Try it:
For this exercise, reproduce the entries below exactly, but only from the line containing "#107=DIRECTION('',(0.866031755,0.499989,0.));" through the line containing "#145=ORIENTED_EDGE('',*,*,#87,.F.);", both included.

Extracted material:

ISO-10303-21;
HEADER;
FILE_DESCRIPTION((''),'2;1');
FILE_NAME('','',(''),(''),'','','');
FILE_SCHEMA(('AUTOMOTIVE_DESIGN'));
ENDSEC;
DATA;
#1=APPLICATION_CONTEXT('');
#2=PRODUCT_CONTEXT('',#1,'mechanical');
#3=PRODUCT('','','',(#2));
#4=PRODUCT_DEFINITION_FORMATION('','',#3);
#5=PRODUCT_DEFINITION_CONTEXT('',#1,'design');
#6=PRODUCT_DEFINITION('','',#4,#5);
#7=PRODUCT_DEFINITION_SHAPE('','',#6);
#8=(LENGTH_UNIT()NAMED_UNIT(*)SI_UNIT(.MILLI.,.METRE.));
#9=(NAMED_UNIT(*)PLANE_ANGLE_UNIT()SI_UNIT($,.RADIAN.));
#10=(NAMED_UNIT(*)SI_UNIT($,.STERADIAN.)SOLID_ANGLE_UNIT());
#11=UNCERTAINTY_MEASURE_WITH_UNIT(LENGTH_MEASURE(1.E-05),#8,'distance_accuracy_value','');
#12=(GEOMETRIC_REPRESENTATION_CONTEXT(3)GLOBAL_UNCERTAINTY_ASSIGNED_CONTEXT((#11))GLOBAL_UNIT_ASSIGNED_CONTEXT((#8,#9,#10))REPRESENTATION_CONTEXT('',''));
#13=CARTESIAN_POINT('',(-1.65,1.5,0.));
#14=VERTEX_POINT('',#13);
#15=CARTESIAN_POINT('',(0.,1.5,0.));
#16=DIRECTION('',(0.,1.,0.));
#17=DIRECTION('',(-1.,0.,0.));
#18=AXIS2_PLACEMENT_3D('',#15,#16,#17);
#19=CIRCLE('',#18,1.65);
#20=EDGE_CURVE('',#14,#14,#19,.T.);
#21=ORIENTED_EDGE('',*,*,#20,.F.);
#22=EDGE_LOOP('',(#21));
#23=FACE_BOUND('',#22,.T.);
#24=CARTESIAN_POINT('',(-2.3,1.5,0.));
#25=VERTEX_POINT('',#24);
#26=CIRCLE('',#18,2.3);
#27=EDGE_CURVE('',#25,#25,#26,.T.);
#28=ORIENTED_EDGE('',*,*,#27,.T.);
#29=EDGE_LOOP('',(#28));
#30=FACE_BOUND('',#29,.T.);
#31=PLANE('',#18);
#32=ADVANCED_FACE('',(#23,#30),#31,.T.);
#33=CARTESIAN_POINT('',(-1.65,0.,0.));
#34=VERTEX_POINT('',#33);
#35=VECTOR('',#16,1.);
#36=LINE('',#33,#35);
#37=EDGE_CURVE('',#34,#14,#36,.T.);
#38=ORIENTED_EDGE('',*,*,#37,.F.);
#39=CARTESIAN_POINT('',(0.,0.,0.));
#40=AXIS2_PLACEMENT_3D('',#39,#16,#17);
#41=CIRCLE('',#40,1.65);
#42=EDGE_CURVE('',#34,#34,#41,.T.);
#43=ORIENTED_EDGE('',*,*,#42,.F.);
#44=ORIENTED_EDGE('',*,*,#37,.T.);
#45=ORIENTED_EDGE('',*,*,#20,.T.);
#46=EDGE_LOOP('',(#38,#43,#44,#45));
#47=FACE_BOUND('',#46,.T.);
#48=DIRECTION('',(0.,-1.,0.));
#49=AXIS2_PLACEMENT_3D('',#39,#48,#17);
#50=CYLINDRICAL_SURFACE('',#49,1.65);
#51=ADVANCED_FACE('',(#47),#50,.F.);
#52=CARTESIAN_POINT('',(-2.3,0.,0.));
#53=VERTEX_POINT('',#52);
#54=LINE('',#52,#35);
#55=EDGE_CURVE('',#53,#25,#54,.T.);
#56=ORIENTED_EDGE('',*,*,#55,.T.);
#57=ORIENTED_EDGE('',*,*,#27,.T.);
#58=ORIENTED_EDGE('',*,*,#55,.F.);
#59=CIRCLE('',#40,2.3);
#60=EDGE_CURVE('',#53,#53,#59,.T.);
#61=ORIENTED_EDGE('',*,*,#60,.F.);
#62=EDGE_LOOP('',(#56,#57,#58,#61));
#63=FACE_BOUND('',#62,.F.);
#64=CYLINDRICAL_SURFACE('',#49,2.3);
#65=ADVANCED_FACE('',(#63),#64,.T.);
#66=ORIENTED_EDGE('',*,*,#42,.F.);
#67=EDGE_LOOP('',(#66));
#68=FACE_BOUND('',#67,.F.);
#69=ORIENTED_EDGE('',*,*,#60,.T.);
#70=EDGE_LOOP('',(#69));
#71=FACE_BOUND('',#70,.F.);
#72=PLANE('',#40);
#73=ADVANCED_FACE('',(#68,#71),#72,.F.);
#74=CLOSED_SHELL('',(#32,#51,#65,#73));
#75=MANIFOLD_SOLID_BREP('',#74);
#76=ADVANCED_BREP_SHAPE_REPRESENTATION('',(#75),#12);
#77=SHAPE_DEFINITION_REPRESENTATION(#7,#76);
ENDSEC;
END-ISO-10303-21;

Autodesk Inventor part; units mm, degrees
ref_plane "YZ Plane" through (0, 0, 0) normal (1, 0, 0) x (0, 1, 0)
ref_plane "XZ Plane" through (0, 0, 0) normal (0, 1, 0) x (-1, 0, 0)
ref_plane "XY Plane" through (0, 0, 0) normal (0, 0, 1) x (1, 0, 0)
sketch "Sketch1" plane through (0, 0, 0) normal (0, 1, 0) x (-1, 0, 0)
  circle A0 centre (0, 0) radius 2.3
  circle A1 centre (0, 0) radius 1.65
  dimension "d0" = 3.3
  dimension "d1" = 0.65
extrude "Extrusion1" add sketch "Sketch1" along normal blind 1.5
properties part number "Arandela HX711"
--
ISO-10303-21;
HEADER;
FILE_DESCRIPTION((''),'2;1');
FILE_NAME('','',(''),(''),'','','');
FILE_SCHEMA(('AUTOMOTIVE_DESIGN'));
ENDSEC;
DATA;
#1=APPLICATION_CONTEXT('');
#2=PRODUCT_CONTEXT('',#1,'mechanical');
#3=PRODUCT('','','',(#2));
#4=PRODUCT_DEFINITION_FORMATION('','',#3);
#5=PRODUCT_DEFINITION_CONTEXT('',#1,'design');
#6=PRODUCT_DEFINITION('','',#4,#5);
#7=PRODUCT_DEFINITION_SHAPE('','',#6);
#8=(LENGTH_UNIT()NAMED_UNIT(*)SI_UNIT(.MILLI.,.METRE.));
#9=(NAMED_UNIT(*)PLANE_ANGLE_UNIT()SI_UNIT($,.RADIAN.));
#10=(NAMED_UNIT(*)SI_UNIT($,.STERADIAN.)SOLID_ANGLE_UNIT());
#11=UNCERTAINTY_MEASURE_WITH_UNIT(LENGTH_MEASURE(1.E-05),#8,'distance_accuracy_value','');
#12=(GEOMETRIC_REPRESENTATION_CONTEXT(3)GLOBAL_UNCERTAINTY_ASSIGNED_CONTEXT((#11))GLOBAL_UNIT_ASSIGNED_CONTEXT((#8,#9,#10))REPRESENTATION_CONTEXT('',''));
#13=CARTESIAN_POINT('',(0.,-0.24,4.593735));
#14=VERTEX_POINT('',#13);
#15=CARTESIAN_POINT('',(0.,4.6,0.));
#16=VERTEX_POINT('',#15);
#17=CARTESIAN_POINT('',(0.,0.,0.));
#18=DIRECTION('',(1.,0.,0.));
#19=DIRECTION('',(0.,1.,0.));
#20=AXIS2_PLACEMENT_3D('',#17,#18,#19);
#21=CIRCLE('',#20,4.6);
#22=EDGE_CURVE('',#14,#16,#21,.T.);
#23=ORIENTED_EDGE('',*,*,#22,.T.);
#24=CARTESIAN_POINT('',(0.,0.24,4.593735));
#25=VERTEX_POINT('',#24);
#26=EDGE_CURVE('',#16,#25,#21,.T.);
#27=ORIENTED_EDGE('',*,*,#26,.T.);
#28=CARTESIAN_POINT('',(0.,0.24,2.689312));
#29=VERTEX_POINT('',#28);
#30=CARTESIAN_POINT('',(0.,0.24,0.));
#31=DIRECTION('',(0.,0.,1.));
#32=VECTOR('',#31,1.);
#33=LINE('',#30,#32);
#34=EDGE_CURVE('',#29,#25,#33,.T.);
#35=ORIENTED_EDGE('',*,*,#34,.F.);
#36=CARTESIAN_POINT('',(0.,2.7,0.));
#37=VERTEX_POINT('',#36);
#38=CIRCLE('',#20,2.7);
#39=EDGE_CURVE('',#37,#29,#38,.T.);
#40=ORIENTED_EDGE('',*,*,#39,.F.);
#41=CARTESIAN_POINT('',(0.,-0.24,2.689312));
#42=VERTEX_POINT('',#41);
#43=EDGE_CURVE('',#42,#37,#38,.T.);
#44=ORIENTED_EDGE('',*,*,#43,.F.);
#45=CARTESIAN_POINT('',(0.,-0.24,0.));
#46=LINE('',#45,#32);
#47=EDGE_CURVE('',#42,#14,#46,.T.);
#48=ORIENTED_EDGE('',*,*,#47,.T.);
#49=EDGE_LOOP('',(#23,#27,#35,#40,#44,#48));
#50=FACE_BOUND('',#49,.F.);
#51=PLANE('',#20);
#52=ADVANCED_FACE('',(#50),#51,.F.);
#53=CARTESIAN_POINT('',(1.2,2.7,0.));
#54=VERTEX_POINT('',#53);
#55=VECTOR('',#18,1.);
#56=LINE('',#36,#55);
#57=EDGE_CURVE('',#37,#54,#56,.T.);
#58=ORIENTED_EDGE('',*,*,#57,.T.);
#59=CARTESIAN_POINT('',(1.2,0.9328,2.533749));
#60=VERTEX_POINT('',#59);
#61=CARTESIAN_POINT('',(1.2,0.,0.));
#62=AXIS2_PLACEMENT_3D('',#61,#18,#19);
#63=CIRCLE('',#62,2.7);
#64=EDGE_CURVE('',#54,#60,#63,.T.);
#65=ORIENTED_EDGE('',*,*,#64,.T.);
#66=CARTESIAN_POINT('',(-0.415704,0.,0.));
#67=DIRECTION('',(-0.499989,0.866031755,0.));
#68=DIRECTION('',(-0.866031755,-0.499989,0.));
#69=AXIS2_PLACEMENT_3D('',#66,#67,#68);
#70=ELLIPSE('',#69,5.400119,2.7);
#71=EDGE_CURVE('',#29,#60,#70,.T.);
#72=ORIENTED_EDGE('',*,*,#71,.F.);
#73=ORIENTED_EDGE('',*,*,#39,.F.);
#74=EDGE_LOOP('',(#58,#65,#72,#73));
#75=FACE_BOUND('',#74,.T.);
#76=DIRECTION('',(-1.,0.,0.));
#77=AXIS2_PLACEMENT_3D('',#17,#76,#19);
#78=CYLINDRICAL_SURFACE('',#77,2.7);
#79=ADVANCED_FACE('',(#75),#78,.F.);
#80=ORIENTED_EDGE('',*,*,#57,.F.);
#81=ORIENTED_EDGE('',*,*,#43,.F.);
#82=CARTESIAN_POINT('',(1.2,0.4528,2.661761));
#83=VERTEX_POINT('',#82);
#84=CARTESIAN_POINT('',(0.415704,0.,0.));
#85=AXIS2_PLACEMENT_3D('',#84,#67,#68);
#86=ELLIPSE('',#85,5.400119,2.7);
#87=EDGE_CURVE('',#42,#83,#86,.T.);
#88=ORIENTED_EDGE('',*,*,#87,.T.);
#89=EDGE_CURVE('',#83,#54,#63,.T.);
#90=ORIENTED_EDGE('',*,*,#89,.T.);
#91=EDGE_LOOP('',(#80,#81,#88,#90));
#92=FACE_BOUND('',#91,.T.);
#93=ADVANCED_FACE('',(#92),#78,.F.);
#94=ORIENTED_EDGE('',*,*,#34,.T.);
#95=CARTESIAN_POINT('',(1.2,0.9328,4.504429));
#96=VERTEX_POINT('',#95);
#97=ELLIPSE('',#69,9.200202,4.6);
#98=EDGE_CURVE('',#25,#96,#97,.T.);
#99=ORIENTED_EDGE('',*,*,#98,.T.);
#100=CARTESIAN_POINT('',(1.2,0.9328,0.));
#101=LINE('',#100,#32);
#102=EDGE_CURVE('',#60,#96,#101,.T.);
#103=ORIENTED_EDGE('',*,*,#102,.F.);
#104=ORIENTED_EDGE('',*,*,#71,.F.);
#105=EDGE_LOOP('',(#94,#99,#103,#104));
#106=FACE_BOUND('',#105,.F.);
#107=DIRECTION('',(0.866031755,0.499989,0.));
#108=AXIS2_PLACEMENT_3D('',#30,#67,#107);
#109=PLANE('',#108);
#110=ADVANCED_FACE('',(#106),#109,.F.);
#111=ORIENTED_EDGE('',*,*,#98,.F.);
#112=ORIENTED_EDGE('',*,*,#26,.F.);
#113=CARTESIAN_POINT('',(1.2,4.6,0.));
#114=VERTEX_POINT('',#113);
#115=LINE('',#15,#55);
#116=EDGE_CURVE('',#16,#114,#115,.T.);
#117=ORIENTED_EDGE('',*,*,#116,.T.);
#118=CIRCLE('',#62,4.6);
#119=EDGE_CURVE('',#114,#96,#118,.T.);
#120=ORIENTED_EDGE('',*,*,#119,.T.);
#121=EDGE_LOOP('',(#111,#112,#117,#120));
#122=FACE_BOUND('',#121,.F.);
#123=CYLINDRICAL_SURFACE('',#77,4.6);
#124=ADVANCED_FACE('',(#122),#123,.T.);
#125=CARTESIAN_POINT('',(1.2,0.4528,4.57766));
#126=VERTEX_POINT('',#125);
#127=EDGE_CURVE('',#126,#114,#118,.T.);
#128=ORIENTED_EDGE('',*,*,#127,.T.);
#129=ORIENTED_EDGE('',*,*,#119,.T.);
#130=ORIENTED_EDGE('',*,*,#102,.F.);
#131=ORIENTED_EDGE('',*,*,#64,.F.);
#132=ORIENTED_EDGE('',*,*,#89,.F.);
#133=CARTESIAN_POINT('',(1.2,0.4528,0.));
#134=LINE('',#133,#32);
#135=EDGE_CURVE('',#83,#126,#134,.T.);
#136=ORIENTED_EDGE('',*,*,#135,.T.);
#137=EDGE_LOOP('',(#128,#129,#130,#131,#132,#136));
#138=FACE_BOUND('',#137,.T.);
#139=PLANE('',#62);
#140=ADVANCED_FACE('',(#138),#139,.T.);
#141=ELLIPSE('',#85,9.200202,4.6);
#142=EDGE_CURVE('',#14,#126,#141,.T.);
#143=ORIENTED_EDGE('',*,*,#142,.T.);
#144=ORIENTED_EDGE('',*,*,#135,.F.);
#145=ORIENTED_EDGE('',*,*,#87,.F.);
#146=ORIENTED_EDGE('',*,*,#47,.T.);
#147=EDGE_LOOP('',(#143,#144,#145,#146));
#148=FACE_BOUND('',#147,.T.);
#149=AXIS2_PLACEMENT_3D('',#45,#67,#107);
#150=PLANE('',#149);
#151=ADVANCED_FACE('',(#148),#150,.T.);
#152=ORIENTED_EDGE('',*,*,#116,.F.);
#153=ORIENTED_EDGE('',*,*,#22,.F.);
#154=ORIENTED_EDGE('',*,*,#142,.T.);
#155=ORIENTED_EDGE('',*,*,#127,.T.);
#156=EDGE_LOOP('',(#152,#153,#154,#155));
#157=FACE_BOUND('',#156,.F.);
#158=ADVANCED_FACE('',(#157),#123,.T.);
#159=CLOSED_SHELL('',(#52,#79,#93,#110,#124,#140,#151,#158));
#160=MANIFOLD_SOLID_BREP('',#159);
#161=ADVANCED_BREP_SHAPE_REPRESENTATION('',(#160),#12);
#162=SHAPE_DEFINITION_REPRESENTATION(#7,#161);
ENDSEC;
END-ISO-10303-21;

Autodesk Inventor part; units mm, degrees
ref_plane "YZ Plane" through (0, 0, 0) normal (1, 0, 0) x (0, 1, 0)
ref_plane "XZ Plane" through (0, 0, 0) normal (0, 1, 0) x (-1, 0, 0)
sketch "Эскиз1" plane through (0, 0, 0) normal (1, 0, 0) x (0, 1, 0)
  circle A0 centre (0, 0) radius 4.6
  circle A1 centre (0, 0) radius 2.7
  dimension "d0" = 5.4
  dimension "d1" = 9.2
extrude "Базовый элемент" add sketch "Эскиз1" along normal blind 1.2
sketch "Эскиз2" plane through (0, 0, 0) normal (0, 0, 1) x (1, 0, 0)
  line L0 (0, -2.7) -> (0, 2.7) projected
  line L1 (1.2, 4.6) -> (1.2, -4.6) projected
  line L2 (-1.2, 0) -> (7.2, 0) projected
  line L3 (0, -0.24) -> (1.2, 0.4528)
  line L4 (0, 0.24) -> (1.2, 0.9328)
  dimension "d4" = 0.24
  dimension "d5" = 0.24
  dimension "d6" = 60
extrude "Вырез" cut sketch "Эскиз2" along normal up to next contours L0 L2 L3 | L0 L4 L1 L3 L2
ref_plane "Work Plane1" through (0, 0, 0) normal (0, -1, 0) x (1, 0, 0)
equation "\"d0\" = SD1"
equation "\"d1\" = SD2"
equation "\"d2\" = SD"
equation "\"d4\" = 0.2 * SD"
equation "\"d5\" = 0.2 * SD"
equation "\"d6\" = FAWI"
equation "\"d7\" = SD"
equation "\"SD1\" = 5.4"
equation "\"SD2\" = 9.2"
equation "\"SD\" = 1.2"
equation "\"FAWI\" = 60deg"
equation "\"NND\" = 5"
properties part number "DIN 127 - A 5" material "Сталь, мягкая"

Task result:
#107=DIRECTION('',(0.866031755,0.499989,0.));
#108=AXIS2_PLACEMENT_3D('',#30,#67,#107);
#109=PLANE('',#108);
#110=ADVANCED_FACE('',(#106),#109,.F.);
#111=ORIENTED_EDGE('',*,*,#98,.F.);
#112=ORIENTED_EDGE('',*,*,#26,.F.);
#113=CARTESIAN_POINT('',(1.2,4.6,0.));
#114=VERTEX_POINT('',#113);
#115=LINE('',#15,#55);
#116=EDGE_CURVE('',#16,#114,#115,.T.);
#117=ORIENTED_EDGE('',*,*,#116,.T.);
#118=CIRCLE('',#62,4.6);
#119=EDGE_CURVE('',#114,#96,#118,.T.);
#120=ORIENTED_EDGE('',*,*,#119,.T.);
#121=EDGE_LOOP('',(#111,#112,#117,#120));
#122=FACE_BOUND('',#121,.F.);
#123=CYLINDRICAL_SURFACE('',#77,4.6);
#124=ADVANCED_FACE('',(#122),#123,.T.);
#125=CARTESIAN_POINT('',(1.2,0.4528,4.57766));
#126=VERTEX_POINT('',#125);
#127=EDGE_CURVE('',#126,#114,#118,.T.);
#128=ORIENTED_EDGE('',*,*,#127,.T.);
#129=ORIENTED_EDGE('',*,*,#119,.T.);
#130=ORIENTED_EDGE('',*,*,#102,.F.);
#131=ORIENTED_EDGE('',*,*,#64,.F.);
#132=ORIENTED_EDGE('',*,*,#89,.F.);
#133=CARTESIAN_POINT('',(1.2,0.4528,0.));
#134=LINE('',#133,#32);
#135=EDGE_CURVE('',#83,#126,#134,.T.);
#136=ORIENTED_EDGE('',*,*,#135,.T.);
#137=EDGE_LOOP('',(#128,#129,#130,#131,#132,#136));
#138=FACE_BOUND('',#137,.T.);
#139=PLANE('',#62);
#140=ADVANCED_FACE('',(#138),#139,.T.);
#141=ELLIPSE('',#85,9.200202,4.6);
#142=EDGE_CURVE('',#14,#126,#141,.T.);
#143=ORIENTED_EDGE('',*,*,#142,.T.);
#144=ORIENTED_EDGE('',*,*,#135,.F.);
#145=ORIENTED_EDGE('',*,*,#87,.F.);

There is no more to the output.